Start at the line below containing "e18 v16 v17 LINE" and stop at the line containing "face PLANE(AX(P(-18.535189,6.506871,0),D(0,1,0),D(0,0,1))) rev". Repeat every line of that stretch exactly, and nothing outside it.
# # # # #
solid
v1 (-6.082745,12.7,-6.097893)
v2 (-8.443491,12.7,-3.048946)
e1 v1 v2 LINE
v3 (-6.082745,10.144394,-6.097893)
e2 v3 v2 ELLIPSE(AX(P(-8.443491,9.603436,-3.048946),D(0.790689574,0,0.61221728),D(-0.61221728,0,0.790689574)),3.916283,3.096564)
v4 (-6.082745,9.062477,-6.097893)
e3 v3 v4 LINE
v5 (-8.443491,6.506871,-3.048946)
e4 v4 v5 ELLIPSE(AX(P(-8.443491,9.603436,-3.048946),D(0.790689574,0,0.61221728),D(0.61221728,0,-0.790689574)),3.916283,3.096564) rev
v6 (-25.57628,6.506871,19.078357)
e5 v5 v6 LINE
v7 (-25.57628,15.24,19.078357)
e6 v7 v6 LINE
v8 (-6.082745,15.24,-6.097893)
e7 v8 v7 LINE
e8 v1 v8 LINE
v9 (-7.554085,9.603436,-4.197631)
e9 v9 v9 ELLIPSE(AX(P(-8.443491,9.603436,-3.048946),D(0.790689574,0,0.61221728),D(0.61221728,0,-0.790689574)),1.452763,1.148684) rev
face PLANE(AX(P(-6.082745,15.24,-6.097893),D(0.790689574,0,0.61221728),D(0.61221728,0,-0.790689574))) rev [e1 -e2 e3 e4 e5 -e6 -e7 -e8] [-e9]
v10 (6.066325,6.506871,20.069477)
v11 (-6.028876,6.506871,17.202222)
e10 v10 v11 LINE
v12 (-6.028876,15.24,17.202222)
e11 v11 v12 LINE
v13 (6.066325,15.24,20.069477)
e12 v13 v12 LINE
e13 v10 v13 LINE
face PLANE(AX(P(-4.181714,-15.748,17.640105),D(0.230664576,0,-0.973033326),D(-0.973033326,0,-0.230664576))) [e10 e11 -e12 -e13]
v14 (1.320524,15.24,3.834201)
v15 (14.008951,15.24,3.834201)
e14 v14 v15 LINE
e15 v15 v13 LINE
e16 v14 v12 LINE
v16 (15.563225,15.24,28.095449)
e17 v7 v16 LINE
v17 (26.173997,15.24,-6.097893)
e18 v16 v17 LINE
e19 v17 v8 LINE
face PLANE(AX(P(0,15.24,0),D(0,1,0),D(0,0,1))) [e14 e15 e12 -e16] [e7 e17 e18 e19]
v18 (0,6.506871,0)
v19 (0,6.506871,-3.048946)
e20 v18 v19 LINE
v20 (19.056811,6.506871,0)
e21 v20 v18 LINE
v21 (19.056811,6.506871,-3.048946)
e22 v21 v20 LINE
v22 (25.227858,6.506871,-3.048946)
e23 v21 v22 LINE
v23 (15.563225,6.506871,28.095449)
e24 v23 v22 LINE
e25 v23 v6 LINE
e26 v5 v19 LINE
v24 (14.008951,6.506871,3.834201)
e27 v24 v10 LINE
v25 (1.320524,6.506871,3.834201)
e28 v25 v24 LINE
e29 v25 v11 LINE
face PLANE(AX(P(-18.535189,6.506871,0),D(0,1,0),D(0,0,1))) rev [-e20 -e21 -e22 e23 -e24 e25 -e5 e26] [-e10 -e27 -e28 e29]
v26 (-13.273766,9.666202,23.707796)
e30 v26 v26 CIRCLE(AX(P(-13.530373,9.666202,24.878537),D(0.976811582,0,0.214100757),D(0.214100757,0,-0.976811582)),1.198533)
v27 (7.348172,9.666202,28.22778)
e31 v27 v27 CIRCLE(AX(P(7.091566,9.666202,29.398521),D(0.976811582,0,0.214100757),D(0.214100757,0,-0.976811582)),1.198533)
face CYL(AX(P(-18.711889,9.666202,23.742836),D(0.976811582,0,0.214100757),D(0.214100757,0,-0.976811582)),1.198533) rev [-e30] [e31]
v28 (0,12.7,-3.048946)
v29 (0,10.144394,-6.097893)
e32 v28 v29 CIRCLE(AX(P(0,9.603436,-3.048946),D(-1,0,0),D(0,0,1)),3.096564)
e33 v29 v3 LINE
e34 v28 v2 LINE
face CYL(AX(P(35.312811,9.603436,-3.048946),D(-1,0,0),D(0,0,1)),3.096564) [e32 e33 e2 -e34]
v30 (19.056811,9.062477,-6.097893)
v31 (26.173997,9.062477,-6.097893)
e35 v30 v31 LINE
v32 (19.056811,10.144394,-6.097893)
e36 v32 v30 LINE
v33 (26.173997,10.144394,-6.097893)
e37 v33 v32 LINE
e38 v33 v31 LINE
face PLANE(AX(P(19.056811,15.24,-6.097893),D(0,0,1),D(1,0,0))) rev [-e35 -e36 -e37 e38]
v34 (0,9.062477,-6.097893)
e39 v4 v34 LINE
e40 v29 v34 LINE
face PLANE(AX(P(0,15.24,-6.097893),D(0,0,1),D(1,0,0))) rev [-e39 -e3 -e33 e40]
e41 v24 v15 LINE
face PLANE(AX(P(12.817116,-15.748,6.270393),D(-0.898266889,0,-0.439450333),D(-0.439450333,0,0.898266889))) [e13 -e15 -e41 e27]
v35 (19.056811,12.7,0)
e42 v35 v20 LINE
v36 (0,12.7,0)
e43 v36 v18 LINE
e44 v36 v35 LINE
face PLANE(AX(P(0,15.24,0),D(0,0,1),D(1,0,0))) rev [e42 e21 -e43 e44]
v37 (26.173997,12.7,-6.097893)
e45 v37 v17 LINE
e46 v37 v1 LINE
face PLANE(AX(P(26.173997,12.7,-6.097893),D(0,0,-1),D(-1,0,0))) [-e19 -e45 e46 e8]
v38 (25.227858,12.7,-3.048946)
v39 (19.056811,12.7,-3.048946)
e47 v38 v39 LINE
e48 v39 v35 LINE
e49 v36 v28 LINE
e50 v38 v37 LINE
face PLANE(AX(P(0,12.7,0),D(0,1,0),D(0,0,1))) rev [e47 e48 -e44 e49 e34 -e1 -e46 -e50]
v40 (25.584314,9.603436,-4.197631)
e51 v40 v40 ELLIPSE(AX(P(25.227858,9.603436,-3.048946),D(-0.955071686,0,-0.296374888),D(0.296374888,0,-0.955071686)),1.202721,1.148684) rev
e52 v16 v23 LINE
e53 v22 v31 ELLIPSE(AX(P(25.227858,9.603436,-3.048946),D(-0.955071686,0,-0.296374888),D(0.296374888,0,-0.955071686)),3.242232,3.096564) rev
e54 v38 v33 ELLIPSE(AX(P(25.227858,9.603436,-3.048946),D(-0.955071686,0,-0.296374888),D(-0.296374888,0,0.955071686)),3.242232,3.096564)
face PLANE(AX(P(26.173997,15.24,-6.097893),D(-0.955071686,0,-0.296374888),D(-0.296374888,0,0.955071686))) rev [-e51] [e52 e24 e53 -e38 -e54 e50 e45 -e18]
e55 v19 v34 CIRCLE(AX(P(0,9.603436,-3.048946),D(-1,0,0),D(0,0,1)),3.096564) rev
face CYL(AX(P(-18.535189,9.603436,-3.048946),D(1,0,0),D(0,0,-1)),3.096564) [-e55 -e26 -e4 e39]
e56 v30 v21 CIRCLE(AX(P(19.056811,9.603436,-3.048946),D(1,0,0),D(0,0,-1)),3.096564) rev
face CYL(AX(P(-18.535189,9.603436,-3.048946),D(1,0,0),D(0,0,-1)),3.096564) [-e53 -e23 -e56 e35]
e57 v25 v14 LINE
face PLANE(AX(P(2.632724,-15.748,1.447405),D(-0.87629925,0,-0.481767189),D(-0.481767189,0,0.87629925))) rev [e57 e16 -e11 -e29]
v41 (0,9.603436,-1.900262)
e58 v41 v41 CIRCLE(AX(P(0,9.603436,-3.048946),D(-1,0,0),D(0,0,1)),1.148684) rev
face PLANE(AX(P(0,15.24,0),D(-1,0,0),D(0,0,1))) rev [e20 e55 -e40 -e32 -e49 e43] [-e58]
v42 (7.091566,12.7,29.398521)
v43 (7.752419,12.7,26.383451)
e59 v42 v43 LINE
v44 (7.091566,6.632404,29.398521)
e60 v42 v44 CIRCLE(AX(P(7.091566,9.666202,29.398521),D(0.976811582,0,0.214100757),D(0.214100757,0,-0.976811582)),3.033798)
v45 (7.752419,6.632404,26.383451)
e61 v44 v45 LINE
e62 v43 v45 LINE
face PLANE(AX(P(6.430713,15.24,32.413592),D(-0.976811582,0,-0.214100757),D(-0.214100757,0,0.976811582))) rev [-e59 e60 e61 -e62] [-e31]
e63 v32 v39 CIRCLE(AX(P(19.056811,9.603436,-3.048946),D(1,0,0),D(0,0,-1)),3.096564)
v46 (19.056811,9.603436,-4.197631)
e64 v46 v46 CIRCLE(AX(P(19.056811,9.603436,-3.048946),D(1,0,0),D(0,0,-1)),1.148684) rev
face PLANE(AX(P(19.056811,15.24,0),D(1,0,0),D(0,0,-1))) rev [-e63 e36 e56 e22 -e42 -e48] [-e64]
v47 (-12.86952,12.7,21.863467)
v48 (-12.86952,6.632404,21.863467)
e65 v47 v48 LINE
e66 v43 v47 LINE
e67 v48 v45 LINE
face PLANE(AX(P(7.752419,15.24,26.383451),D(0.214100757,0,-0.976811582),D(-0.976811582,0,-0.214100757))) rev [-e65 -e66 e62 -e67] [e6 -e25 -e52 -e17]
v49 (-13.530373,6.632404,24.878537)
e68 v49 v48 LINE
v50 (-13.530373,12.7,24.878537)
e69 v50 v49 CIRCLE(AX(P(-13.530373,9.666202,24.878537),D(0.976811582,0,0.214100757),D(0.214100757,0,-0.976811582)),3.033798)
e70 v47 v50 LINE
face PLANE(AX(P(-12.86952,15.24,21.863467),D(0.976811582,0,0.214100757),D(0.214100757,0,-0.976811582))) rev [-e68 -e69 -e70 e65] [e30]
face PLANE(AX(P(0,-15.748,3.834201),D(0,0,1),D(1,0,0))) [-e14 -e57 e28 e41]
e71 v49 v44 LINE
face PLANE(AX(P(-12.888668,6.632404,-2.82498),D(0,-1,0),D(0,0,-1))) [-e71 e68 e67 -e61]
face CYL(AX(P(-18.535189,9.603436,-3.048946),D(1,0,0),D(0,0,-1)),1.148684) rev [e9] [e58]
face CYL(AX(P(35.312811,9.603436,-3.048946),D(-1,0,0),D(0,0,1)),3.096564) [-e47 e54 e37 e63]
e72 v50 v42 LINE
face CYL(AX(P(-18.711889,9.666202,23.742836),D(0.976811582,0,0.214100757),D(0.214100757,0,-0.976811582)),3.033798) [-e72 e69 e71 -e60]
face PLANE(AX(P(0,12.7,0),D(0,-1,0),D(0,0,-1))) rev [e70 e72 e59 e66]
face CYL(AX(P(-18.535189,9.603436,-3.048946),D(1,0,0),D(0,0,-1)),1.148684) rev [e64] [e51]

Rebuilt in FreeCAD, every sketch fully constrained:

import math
import FreeCAD as App
import Part
import Sketcher

V = App.Vector
Q = App.Units.Quantity


def add_polygon(sketch, points):
    """Adds a closed chain of lines whose ends are joined by coincident constraints."""
    first, n = sketch.GeometryCount, len(points)
    for a, b in zip(points, points[1:] + points[:1]):
        sketch.addGeometry(Part.LineSegment(App.Vector(*a, 0), App.Vector(*b, 0)), False)
    for i in range(n):
        sketch.addConstraint(Sketcher.Constraint("Coincident", first + i, 2, first + (i + 1) % n, 1))

doc = App.newDocument("Part")
body = doc.addObject("PartDesign::Body", "Body")

sketch1 = body.newObject("Sketcher::SketchObject", "Sketch")
sketch1.AttachmentSupport = (doc.getObject("XZ_Plane"), [""])
sketch1.MapMode = "FlatFace"
add_polygon(sketch1, [(19, 0), (0, 0), (0, -6), (-6, -6), (-26, 19), (-13, 22), (-14, 28), (6, 32), (8, 26), (16, 28), (26, -6), (19, -6)])
sketch1.addConstraint(Sketcher.Constraint("Horizontal", 0))
sketch1.addConstraint(Sketcher.Constraint("Vertical", 1))
sketch1.addConstraint(Sketcher.Constraint("Horizontal", 2))
sketch1.addConstraint(Sketcher.Constraint("Horizontal", 10))
sketch1.addConstraint(Sketcher.Constraint("Vertical", 11))
sketch1.addConstraint(Sketcher.Constraint("Coincident", 0, 2, -1, 1))
sketch1.addConstraint(Sketcher.Constraint("Perpendicular", 4, 5))
sketch1.addConstraint(Sketcher.Constraint("Perpendicular", 5, 6))
sketch1.addConstraint(Sketcher.Constraint("Perpendicular", 6, 7))
sketch1.addConstraint(Sketcher.Constraint("Perpendicular", 7, 8))
sketch1.addConstraint(Sketcher.Constraint("Horizontal", 2, 2, 9, 2))
sketch1.addConstraint(Sketcher.Constraint("Equal", 5, 7))
sketch1.addConstraint(Sketcher.Constraint("Angle", 3, Q("127.75 deg")))
sketch1.addConstraint(Sketcher.Constraint("Angle", 9, Q("-72.76 deg")))
sketch1.addConstraint(Sketcher.Constraint("DistanceY", 1, 2, 6, 2, Q("1.5162002 in")))
sketch1.addConstraint(Sketcher.Constraint("DistanceX", 0, 2, 0, 1, 19.056811))
sketch1.addConstraint(Sketcher.Constraint("DistanceY", 2, 2, 5, 2, 33.991501))
sketch1.addConstraint(Sketcher.Constraint("DistanceY", 7, 2, 8, 2, 1.711998))
sketch1.addConstraint(Sketcher.Constraint("Distance", 5, 6.17329))
sketch1.addConstraint(Sketcher.Constraint("Distance", 6, 21.11148))
sketch1.addConstraint(Sketcher.Constraint("DistanceX", 2, 2, 2, 1, 6.082745))
sketch1.addConstraint(Sketcher.Constraint("DistanceX", 10, 2, 10, 1, 7.117186))
sketch1.addConstraint(Sketcher.Constraint("DistanceY", 1, 2, 1, 1, 6.097893))
pad1 = body.newObject("PartDesign::Pad", "Pad")
pad1.Profile = sketch1
pad1.Length = Q("0.6 in")
pad1.Reversed = True

sketch2 = body.newObject("Sketcher::SketchObject", "Sketch001")
sketch2.AttachmentSupport = (doc.getObject("XZ_Plane"), [""])
sketch2.MapMode = "FlatFace"
sketch2.AttachmentOffset = App.Placement(V(0, 0, -0.6 * 25.4), App.Rotation())
add_polygon(sketch2, [(8, 26), (-13, 22), (-14, 28), (6, 32)])
sketch2.addConstraint(Sketcher.Constraint("Perpendicular", 0, 1))
sketch2.addConstraint(Sketcher.Constraint("Perpendicular", 1, 2))
sketch2.addConstraint(Sketcher.Constraint("Perpendicular", 2, 3))
sketch2.addConstraint(Sketcher.Constraint("Distance", 0, 21.11148))
sketch2.addConstraint(Sketcher.Constraint("Distance", 1, 6.17329))
sketch2.addConstraint(Sketcher.Constraint("DistanceX", 0, 2, -1, 1, 12.86952))
sketch2.addConstraint(Sketcher.Constraint("DistanceY", -1, 1, 1, 2, 27.893608))
sketch2.addConstraint(Sketcher.Constraint("DistanceX", -1, 1, 3, 2, 7.752419))
pocket1 = body.newObject("PartDesign::Pocket", "Pocket")
pocket1.Profile = sketch2
pocket1.Length = Q("0.1 in")
pocket1.Reversed = True

sketch3 = body.newObject("Sketcher::SketchObject", "Sketch002")
sketch3.Placement = App.Placement(V(12.914786, 0, 2.830705), App.Rotation(V(0.214100757, 0, -0.976811582), V(0, 1.000000001, 0), V(0.976811582, 0, 0.214100757), "ZXY"))
sketch3.addGeometry(Part.LineSegment(V(-30.3, 12.7, 0), V(-30.3, 0, 0)), False)
sketch3.addGeometry(Part.LineSegment(V(-30.3, 0, 0), V(-24.1, 0, 0)), False)
sketch3.addGeometry(Part.LineSegment(V(-24.1, 0, 0), V(-24.1, 6.6, 0)), False)
sketch3.addGeometry(Part.LineSegment(V(-24.1, 6.6, 0), V(-27.2, 6.6, 0)), False)
sketch3.addGeometry(Part.ArcOfCircle(Part.Circle(V(-27.2, 9.7, 0), V(0, 0, 1), 3), math.radians(135), math.radians(270)), False)
sketch3.addGeometry(Part.ArcOfCircle(Part.Circle(V(-27.2, 9.7, 0), V(0, 0, 1), 3), math.radians(90), math.radians(135)), False)
sketch3.addGeometry(Part.LineSegment(V(-27.2, 12.7, 0), V(-30.3, 12.7, 0)), False)
sketch3.addGeometry(Part.ArcOfCircle(Part.Circle(V(-27.2, 9.7, 0), V(0, 0, 1), 1.2), math.radians(0), math.radians(135)), False)
sketch3.addGeometry(Part.ArcOfCircle(Part.Circle(V(-27.2, 9.7, 0), V(0, 0, 1), 1.2), math.radians(135), math.radians(315)), False)
sketch3.addGeometry(Part.ArcOfCircle(Part.Circle(V(-27.2, 9.7, 0), V(0, 0, 1), 1.2), math.radians(-45), math.radians(0)), False)
sketch3.addConstraint(Sketcher.Constraint("Coincident", 0, 2, 1, 1))
sketch3.addConstraint(Sketcher.Constraint("Coincident", 1, 2, 2, 1))
sketch3.addConstraint(Sketcher.Constraint("Coincident", 2, 2, 3, 1))
sketch3.addConstraint(Sketcher.Constraint("Tangent", 3, 2, 4, 2))
sketch3.addConstraint(Sketcher.Constraint("Tangent", 4, 1, 5, 2))
sketch3.addConstraint(Sketcher.Constraint("Tangent", 5, 1, 6, 1))
sketch3.addConstraint(Sketcher.Constraint("Coincident", 6, 2, 0, 1))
# # # # #
> **Exercise solution**:
e18 v16 v17 LINE
e19 v17 v8 LINE
face PLANE(AX(P(0,15.24,0),D(0,1,0),D(0,0,1))) [e14 e15 e12 -e16] [e7 e17 e18 e19]
v18 (0,6.506871,0)
v19 (0,6.506871,-3.048946)
e20 v18 v19 LINE
v20 (19.056811,6.506871,0)
e21 v20 v18 LINE
v21 (19.056811,6.506871,-3.048946)
e22 v21 v20 LINE
v22 (25.227858,6.506871,-3.048946)
e23 v21 v22 LINE
v23 (15.563225,6.506871,28.095449)
e24 v23 v22 LINE
e25 v23 v6 LINE
e26 v5 v19 LINE
v24 (14.008951,6.506871,3.834201)
e27 v24 v10 LINE
v25 (1.320524,6.506871,3.834201)
e28 v25 v24 LINE
e29 v25 v11 LINE
face PLANE(AX(P(-18.535189,6.506871,0),D(0,1,0),D(0,0,1))) rev [-e20 -e21 -e22 e23 -e24 e25 -e5 e26] [-e10 -e27 -e28 e29]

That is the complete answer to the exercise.